**Task objective**:
Everything from the line containing "extrude(amount=-F12_DEPTH)" through the line containing "Rebuilt in FreeCAD, every" in the listing below should be copied exactly, and nothing more.

**Source data**:
◇ ◇ ◇ ◇ ◇ ◇ ◇

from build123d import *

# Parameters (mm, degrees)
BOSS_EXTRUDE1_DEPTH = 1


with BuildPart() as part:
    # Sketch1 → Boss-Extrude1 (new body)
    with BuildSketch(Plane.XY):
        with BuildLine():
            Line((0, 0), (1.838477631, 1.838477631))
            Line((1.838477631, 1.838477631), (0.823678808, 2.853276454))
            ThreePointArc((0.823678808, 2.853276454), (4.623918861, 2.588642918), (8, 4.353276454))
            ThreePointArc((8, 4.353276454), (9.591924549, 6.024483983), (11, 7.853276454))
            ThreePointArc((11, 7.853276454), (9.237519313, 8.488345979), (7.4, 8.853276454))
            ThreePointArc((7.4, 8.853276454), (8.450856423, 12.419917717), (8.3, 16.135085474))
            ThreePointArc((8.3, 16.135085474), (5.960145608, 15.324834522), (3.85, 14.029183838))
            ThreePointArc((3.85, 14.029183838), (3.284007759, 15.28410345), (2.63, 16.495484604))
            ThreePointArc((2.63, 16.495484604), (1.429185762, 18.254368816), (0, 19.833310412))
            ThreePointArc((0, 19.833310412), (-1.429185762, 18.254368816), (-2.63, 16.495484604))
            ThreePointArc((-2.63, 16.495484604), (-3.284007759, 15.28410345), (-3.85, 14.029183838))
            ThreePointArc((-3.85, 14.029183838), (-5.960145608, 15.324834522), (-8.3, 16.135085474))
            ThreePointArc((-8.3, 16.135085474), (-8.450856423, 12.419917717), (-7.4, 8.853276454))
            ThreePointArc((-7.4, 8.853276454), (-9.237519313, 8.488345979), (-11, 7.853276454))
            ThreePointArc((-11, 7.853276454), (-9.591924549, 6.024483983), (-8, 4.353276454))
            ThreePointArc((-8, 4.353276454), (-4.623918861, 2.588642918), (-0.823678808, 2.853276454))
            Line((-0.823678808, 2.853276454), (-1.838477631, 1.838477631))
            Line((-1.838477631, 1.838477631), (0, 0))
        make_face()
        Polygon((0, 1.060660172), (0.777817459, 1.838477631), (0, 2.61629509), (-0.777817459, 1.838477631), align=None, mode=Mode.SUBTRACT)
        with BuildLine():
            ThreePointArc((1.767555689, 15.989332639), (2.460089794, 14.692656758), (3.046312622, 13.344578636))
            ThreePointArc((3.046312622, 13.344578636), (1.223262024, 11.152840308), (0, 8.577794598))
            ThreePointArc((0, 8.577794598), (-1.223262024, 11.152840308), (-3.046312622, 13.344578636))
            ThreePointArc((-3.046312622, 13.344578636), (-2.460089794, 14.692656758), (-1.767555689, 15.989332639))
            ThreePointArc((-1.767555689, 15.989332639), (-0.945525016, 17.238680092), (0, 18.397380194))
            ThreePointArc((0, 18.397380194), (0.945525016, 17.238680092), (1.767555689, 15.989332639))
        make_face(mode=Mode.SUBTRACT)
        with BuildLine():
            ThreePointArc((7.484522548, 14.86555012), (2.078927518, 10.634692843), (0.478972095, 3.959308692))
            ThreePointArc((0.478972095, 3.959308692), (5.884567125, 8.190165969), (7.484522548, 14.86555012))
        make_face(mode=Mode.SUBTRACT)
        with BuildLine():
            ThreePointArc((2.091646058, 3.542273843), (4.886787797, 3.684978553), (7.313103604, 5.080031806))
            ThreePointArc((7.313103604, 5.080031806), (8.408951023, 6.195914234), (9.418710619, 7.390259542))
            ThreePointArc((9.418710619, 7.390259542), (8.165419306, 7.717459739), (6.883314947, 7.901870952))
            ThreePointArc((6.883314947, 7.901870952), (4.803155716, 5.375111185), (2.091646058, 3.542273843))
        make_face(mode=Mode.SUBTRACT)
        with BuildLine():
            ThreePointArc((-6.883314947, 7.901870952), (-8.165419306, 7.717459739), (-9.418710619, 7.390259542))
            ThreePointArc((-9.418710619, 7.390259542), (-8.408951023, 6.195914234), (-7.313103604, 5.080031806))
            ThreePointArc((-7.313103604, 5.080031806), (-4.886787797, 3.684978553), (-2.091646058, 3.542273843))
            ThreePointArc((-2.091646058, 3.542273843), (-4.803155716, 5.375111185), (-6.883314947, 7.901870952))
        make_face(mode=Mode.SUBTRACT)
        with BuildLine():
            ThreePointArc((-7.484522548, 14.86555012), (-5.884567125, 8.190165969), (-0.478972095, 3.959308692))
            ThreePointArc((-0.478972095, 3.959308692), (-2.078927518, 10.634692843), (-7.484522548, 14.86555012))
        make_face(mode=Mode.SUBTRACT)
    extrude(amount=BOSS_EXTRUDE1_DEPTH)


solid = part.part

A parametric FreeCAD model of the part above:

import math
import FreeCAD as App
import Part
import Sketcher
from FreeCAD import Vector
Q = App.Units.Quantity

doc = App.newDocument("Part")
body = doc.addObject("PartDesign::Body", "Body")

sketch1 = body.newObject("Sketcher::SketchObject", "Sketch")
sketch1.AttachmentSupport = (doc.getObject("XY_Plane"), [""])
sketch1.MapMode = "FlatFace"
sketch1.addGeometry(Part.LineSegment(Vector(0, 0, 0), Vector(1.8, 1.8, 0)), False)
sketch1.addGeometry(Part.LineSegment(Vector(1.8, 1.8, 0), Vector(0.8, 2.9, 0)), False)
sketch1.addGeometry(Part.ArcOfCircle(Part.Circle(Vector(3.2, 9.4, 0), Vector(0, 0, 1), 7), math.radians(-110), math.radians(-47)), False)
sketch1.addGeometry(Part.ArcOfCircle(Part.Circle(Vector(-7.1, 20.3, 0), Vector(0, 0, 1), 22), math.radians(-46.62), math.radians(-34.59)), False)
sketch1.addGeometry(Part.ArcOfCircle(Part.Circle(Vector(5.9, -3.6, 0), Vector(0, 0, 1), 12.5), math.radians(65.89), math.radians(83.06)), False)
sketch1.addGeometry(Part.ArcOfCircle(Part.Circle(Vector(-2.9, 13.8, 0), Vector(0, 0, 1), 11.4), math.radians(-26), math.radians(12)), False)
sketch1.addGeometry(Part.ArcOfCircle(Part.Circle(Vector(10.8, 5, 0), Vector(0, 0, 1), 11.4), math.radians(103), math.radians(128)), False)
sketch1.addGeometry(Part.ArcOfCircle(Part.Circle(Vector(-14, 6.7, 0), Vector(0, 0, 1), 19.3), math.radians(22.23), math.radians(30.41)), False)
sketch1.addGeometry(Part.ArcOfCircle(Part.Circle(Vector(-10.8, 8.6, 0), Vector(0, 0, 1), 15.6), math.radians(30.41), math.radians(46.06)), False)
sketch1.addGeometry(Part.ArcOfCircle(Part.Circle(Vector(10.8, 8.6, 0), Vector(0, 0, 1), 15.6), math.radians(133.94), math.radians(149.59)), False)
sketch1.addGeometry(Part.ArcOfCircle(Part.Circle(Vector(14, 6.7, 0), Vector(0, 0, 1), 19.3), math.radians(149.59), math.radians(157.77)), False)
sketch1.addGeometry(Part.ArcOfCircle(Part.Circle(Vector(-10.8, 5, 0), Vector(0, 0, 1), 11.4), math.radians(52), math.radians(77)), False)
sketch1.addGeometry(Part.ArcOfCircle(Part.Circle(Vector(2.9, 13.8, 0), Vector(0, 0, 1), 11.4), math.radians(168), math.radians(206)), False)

◇ ◇ ◇ ◇ ◇ ◇ ◇

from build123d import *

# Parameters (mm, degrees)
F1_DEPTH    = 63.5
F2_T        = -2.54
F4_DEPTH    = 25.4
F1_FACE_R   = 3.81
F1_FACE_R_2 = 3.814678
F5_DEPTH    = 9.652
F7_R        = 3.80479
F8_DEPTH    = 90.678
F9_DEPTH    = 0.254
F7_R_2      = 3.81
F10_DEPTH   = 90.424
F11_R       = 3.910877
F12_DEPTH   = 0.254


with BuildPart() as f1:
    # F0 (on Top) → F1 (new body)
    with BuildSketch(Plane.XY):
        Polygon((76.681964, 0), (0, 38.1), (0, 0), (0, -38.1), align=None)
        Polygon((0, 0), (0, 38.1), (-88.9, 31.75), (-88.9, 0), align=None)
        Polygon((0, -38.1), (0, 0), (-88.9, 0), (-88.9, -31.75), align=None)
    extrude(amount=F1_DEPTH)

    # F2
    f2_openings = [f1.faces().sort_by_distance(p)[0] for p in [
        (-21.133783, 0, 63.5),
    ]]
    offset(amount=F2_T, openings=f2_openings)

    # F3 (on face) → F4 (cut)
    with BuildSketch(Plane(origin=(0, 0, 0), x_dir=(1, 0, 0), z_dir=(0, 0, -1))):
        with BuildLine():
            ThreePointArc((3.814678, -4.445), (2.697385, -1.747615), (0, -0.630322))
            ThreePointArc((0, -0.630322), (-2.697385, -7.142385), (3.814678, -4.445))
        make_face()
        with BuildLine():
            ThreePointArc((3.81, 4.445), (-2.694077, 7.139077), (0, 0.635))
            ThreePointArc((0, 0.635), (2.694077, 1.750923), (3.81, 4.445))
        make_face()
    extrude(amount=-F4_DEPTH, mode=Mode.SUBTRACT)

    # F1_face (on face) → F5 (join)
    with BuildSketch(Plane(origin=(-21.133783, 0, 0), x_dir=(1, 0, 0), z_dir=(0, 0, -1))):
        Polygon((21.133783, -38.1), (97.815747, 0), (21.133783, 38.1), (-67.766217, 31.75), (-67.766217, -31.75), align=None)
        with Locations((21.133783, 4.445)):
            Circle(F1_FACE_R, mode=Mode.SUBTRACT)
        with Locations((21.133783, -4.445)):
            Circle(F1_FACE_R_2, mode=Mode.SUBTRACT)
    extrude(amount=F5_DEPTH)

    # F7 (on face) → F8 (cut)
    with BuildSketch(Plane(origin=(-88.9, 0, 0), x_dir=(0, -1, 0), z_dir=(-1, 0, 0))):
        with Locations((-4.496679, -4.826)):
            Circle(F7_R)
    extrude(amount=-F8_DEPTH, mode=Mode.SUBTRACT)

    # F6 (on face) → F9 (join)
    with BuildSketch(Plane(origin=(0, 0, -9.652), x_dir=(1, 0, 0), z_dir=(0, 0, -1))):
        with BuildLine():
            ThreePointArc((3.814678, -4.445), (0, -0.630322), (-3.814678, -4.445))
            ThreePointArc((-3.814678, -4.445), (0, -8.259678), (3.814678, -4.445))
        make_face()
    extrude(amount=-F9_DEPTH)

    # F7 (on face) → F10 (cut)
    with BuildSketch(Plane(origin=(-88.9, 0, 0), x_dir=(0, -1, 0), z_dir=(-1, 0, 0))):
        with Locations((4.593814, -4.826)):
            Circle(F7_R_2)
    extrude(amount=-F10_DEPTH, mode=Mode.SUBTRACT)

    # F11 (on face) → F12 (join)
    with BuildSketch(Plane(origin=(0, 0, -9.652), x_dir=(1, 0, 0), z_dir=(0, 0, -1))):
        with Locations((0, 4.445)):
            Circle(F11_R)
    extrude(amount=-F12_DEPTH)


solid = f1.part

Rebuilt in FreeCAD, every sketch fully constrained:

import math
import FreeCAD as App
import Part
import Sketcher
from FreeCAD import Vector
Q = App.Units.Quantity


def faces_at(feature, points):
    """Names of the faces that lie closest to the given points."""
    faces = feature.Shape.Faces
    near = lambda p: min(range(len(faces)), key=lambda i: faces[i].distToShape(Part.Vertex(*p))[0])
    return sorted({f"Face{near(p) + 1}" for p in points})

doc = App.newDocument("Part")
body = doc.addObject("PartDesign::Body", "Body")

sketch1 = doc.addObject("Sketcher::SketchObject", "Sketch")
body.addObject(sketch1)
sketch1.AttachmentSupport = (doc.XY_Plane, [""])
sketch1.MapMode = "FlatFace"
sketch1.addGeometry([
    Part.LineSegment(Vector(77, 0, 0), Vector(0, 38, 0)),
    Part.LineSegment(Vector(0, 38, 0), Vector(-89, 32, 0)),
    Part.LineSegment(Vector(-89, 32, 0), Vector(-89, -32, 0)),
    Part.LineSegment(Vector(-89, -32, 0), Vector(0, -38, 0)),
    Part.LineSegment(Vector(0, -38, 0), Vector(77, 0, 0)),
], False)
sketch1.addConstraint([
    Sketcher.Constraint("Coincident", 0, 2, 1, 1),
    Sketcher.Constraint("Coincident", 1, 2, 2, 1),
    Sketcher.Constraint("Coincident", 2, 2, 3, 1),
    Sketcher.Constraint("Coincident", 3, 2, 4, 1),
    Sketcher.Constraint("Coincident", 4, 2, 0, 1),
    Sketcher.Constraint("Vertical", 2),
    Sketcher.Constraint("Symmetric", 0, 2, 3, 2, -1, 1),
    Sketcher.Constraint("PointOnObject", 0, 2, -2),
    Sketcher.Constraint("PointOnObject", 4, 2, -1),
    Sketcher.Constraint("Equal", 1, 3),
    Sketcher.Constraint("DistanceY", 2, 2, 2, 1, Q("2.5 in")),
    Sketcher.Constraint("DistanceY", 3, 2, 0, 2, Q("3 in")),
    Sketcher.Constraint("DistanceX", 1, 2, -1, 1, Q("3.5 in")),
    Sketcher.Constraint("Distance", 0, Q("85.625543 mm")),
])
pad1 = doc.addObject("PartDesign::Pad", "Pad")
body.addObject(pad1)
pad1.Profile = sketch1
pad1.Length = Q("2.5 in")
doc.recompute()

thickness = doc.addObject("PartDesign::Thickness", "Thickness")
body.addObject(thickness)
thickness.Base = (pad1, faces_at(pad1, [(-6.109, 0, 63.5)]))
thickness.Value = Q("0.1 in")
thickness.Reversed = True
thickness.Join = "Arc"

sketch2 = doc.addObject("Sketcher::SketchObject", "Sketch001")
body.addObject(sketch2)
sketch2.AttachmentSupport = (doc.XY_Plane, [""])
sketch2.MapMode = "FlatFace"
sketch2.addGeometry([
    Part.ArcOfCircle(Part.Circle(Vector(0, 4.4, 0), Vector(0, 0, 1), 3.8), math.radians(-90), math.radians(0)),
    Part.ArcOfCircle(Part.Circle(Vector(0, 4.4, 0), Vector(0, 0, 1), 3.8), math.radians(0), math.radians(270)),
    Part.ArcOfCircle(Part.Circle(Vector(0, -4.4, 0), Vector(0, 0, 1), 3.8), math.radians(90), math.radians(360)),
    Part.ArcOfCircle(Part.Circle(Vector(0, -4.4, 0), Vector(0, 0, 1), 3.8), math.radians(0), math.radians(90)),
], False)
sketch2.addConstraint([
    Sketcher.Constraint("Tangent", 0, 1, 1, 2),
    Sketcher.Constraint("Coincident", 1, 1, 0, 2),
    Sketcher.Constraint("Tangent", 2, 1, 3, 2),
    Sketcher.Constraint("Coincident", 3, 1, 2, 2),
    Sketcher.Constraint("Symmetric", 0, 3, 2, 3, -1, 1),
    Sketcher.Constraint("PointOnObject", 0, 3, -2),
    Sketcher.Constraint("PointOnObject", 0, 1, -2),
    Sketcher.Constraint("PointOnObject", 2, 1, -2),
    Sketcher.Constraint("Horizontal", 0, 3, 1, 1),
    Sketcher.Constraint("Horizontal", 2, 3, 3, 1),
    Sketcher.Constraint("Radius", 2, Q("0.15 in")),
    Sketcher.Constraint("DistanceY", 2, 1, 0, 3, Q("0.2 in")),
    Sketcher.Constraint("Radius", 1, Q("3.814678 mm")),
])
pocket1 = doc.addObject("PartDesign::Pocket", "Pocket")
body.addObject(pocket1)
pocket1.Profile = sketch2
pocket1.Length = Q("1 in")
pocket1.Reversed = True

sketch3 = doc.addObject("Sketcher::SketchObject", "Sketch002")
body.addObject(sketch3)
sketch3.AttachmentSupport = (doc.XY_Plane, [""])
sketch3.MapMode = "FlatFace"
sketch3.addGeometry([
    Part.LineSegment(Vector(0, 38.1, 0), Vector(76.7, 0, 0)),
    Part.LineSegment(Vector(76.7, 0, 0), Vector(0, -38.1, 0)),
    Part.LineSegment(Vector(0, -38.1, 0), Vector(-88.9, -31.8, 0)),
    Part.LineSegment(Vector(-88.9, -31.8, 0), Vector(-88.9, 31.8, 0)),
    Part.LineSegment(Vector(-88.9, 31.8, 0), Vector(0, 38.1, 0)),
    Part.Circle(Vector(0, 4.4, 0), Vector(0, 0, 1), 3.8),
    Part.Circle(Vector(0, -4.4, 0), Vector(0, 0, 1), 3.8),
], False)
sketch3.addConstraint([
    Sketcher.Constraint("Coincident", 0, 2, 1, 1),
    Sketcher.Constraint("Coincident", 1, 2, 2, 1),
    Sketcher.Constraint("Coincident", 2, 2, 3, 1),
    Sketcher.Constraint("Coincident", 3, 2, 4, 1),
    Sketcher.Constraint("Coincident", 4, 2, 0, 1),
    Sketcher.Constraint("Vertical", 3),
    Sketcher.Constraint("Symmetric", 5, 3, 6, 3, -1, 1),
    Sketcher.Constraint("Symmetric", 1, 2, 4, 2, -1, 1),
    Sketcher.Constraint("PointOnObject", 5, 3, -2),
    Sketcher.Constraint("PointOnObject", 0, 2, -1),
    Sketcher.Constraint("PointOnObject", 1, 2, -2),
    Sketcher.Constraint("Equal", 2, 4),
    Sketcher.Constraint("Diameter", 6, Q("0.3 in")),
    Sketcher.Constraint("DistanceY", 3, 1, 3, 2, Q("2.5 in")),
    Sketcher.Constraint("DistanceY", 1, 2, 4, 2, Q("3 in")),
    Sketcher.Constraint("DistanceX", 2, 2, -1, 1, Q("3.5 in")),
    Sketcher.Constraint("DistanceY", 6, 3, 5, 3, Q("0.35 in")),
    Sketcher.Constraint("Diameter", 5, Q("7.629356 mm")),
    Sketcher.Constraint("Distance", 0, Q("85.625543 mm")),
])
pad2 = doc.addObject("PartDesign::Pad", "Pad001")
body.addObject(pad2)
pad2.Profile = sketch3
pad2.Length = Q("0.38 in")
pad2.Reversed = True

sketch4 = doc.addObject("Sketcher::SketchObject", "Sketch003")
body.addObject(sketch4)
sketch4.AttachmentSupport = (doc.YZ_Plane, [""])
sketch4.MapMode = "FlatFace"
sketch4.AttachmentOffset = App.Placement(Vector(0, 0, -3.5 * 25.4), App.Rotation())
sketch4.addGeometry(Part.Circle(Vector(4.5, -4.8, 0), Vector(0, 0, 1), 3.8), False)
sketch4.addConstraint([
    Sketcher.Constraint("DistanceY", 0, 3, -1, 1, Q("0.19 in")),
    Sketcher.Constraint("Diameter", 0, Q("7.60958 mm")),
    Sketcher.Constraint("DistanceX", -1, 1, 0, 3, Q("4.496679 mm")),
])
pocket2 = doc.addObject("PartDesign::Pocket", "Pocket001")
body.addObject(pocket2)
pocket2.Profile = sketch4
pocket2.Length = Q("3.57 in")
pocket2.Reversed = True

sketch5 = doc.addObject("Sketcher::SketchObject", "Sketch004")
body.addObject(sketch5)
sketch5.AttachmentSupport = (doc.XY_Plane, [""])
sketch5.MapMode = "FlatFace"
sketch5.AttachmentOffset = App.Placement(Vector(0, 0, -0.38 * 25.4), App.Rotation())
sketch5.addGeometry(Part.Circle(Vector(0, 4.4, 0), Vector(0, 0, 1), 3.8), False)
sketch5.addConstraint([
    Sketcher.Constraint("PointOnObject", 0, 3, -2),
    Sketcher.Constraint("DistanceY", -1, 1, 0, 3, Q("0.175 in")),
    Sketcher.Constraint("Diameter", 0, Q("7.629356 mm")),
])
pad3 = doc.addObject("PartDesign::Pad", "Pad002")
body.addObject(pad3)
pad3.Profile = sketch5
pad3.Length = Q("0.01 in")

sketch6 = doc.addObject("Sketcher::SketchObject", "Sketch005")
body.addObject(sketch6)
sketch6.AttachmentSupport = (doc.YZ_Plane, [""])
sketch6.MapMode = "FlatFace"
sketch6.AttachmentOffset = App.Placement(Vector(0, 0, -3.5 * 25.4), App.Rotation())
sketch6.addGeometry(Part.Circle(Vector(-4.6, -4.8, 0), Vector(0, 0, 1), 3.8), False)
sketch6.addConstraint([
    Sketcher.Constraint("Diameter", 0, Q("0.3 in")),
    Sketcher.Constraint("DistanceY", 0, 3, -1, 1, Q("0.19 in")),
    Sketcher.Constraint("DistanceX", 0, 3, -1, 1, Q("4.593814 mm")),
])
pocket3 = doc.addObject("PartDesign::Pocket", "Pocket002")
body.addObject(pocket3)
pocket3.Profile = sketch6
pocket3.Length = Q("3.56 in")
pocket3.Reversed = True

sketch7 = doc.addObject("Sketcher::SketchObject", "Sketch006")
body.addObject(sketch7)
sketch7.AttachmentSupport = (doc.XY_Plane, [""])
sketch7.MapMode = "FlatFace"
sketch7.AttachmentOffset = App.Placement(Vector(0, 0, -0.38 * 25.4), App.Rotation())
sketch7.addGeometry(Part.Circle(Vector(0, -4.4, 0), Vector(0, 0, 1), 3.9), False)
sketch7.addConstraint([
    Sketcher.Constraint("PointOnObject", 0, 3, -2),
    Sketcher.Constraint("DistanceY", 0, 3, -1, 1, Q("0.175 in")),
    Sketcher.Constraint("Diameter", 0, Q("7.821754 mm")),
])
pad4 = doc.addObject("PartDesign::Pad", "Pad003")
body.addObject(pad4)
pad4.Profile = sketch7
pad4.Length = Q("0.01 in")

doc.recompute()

◇ ◇ ◇ ◇ ◇ ◇ ◇

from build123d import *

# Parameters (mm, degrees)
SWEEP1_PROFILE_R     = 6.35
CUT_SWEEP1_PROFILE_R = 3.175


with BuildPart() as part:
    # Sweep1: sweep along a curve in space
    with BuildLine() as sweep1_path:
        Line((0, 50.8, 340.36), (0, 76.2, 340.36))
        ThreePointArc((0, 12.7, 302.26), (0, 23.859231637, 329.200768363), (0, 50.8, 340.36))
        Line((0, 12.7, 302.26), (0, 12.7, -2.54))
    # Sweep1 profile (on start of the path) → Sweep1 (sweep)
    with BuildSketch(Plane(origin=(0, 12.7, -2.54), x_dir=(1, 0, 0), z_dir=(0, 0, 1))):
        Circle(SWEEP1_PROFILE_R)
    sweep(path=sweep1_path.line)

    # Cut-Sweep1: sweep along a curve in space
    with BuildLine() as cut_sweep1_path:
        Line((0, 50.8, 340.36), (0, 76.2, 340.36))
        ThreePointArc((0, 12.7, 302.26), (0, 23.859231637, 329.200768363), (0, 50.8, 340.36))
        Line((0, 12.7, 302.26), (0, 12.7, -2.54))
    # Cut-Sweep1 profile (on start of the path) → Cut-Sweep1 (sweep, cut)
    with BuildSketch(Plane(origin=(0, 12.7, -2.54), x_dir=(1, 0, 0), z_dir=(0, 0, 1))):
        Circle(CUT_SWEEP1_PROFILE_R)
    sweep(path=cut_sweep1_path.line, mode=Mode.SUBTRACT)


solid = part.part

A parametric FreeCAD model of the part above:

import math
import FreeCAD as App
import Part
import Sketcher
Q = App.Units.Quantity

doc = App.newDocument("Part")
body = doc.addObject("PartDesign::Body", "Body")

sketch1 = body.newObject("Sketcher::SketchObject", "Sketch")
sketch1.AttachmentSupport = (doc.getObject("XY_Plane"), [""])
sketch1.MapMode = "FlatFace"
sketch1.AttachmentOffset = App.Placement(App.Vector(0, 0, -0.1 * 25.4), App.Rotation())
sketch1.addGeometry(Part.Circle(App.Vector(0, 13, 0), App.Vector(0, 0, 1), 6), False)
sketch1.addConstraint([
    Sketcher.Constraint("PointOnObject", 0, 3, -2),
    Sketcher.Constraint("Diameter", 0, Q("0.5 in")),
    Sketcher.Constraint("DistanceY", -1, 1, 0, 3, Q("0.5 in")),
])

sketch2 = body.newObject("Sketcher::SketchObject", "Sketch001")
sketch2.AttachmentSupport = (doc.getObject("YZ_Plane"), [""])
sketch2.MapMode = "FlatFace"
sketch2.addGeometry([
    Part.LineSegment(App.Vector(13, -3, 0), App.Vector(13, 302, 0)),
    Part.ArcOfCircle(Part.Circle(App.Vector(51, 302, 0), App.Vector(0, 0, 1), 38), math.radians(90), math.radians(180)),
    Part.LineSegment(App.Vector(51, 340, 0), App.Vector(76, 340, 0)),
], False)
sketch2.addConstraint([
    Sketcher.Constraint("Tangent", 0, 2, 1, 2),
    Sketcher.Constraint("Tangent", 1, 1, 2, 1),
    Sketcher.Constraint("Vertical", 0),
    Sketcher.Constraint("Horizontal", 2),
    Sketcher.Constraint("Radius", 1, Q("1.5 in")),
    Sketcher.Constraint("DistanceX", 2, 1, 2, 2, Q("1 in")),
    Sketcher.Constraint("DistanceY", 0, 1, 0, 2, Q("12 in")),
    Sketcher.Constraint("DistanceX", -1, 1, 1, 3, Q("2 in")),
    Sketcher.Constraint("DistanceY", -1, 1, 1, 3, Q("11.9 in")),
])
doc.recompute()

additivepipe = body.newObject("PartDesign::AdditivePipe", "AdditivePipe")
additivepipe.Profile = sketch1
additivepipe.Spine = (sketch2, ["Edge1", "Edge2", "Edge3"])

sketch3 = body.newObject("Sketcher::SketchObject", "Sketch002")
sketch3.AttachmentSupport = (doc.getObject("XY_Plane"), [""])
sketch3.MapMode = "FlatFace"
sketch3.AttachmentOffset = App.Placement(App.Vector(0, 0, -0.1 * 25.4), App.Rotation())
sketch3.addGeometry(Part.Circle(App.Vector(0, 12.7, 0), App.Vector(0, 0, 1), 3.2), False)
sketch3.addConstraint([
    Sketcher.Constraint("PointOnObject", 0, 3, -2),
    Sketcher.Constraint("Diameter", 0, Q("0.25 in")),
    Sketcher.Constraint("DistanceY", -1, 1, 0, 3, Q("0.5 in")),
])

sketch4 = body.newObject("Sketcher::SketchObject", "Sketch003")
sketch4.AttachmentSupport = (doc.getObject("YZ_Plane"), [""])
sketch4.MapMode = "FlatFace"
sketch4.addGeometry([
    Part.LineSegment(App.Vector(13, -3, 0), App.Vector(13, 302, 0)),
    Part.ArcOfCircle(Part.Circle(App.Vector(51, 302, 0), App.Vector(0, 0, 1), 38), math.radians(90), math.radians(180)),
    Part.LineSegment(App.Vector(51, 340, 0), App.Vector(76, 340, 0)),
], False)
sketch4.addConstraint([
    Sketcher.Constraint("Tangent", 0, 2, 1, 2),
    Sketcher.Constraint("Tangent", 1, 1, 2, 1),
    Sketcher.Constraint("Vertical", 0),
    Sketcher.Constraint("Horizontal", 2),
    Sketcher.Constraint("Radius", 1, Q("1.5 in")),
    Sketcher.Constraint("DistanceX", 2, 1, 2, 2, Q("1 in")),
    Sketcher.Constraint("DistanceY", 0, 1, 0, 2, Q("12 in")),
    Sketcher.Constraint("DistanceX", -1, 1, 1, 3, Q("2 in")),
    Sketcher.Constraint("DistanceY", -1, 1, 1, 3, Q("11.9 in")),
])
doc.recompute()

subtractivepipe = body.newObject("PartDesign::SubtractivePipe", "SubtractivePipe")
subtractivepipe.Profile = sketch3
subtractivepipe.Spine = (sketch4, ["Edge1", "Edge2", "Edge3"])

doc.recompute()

◇ ◇ ◇ ◇ ◇ ◇ ◇

**Exercise answer**:
    extrude(amount=-F12_DEPTH)


solid = f1.part

Rebuilt in FreeCAD, every sketch fully constrained:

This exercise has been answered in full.